Super Scent - The Very Best Of Christian Dior

This wasn't just difficult. It was excruciating. In fact, no, it wasn't just excruciating. It was like being in the dentist's chair, thirty minutes into a root canal treatment, with the sound of the drill bouncing off the walls, when all of a sudden, with no warning, the anaesthetic decides to wear off. And trust me: I speak from experience.

When the Candy Perfume Boy and I decided to turn our Super Scentspotlight onto Christian Dior, we both knew that picking our favourites from the brand's sizeable current line-up would be a challenge. That's partly why we decided to make today's list a Top 7 rather than a Top 5. However, I absolutely did not expect the task to cause such agonising inner conflict. As I struggled with the list, going from one draft to another, there were many occasions when my perfume geekery - normally a source of great fun - transformed into torture of near-medieval brutality. But time kept ticking and our self-imposed deadline kept looming closer and closer, so eventually, the doubts and deliberations had to be pushed aside.

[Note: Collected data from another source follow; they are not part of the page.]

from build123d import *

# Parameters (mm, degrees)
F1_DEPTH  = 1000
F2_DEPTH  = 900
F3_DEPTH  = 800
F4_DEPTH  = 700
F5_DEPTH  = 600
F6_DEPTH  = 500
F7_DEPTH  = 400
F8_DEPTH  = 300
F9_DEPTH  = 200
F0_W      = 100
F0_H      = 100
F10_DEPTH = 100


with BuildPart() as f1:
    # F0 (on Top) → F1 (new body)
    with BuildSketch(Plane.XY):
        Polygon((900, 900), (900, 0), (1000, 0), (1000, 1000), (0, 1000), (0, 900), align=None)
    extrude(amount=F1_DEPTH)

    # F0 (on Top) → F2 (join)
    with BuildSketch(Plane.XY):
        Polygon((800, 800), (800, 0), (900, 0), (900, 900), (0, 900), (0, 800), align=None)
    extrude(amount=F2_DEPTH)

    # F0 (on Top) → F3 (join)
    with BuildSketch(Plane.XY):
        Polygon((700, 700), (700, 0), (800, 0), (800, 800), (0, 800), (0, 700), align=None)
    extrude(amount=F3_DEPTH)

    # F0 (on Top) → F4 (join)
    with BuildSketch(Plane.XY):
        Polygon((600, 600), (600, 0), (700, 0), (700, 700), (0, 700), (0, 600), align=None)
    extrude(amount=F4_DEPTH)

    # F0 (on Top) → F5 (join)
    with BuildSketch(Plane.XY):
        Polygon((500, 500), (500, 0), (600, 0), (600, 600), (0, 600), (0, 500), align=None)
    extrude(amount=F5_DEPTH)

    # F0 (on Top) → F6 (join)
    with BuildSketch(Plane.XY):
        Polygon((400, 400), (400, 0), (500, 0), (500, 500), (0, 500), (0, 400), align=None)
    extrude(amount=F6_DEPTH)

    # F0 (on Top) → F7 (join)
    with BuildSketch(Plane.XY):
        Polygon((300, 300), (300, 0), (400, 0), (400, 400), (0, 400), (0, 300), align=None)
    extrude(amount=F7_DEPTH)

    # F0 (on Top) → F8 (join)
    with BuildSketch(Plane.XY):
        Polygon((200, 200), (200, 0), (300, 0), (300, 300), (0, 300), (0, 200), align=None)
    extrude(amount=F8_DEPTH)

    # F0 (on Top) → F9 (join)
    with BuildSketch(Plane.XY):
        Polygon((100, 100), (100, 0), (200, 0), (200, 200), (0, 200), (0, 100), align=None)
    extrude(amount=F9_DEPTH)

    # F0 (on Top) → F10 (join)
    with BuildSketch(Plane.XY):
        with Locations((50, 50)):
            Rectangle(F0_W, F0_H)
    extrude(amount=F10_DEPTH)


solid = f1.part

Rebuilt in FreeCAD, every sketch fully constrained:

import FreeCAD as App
import Part
import Sketcher
Q = App.Units.Quantity

doc = App.newDocument("Part")
body = doc.addObject("PartDesign::Body", "Body")

# Sketch on XY plane
sketch1 = doc.addObject("Sketcher::SketchObject", "Sketch")
body.addObject(sketch1)
sketch1.AttachmentSupport = (doc.XY_Plane, [""])
sketch1.MapMode = "FlatFace"
sketch1.addGeometry(Part.LineSegment(App.Vector(900, 900, 0), App.Vector(900, 0, 0)), False)
sketch1.addGeometry(Part.LineSegment(App.Vector(900, 0, 0), App.Vector(1000, 0, 0)), False)
sketch1.addGeometry(Part.LineSegment(App.Vector(1000, 0, 0), App.Vector(1000, 1000, 0)), False)
sketch1.addGeometry(Part.LineSegment(App.Vector(1000, 1000, 0), App.Vector(0, 1000, 0)), False)
sketch1.addGeometry(Part.LineSegment(App.Vector(0, 1000, 0), App.Vector(0, 900, 0)), False)
sketch1.addGeometry(Part.LineSegment(App.Vector(0, 900, 0), App.Vector(900, 900, 0)), False)
sketch1.addConstraint(Sketcher.Constraint("Coincident", 0, 2, 1, 1))
sketch1.addConstraint(Sketcher.Constraint("Coincident", 1, 2, 2, 1))
sketch1.addConstraint(Sketcher.Constraint("Coincident", 2, 2, 3, 1))
sketch1.addConstraint(Sketcher.Constraint("Coincident", 3, 2, 4, 1))
sketch1.addConstraint(Sketcher.Constraint("Coincident", 4, 2, 5, 1))
sketch1.addConstraint(Sketcher.Constraint("Coincident", 5, 2, 0, 1))
sketch1.addConstraint(Sketcher.Constraint("Vertical", 0))
sketch1.addConstraint(Sketcher.Constraint("Horizontal", 1))
sketch1.addConstraint(Sketcher.Constraint("Vertical", 2))
sketch1.addConstraint(Sketcher.Constraint("Horizontal", 3))
sketch1.addConstraint(Sketcher.Constraint("Vertical", 4))
sketch1.addConstraint(Sketcher.Constraint("Horizontal", 5))
sketch1.addConstraint(Sketcher.Constraint("PointOnObject", 0, 2, -1))
sketch1.addConstraint(Sketcher.Constraint("PointOnObject", 3, 2, -2))
sketch1.addConstraint(Sketcher.Constraint("Equal", 5, 0))
sketch1.addConstraint(Sketcher.Constraint("Equal", 3, 2))
sketch1.addConstraint(Sketcher.Constraint("DistanceX", 1, 1, 1, 2, Q("100 mm")))
sketch1.addConstraint(Sketcher.Constraint("DistanceX", 3, 2, 3, 1, Q("1000 mm")))
pad1 = doc.addObject("PartDesign::Pad", "Pad")
body.addObject(pad1)
pad1.Profile = sketch1
pad1.Length = 1000

# Sketch on XY plane
sketch2 = doc.addObject("Sketcher::SketchObject", "Sketch001")
body.addObject(sketch2)
sketch2.AttachmentSupport = (doc.XY_Plane, [""])
sketch2.MapMode = "FlatFace"
sketch2.addGeometry(Part.LineSegment(App.Vector(800, 800, 0), App.Vector(800, 0, 0)), False)
sketch2.addGeometry(Part.LineSegment(App.Vector(800, 0, 0), App.Vector(900, 0, 0)), False)
sketch2.addGeometry(Part.LineSegment(App.Vector(900, 0, 0), App.Vector(900, 900, 0)), False)
sketch2.addGeometry(Part.LineSegment(App.Vector(900, 900, 0), App.Vector(0, 900, 0)), False)
sketch2.addGeometry(Part.LineSegment(App.Vector(0, 900, 0), App.Vector(0, 800, 0)), False)
sketch2.addGeometry(Part.LineSegment(App.Vector(0, 800, 0), App.Vector(800, 800, 0)), False)
sketch2.addConstraint(Sketcher.Constraint("Coincident", 0, 2, 1, 1))
sketch2.addConstraint(Sketcher.Constraint("Coincident", 1, 2, 2, 1))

There are so many worthy names that didn't make it onto my final list, for all sorts of valid reasons. For instance, take Fahrenheit (Jean-Louis Sieuzac; 1988). I wore it almost non-stop as a teenager - indeed, it becamethe scent of several summers - but my nostalgic affection for it isn't blinding enough to conceal the knowledge that its current formulation doesn't display the same genius as the original. Much nail-chewing ensued when I came to consider J'Adore L'Absolu (Calice Becker & François Demachy) which has remained my favourite J'Adore iteration since it emerged in 2007. I swoon each time I come into contact with its hyper-luminous jasmine heart... but in the end, I could find no room for it in the Top 7.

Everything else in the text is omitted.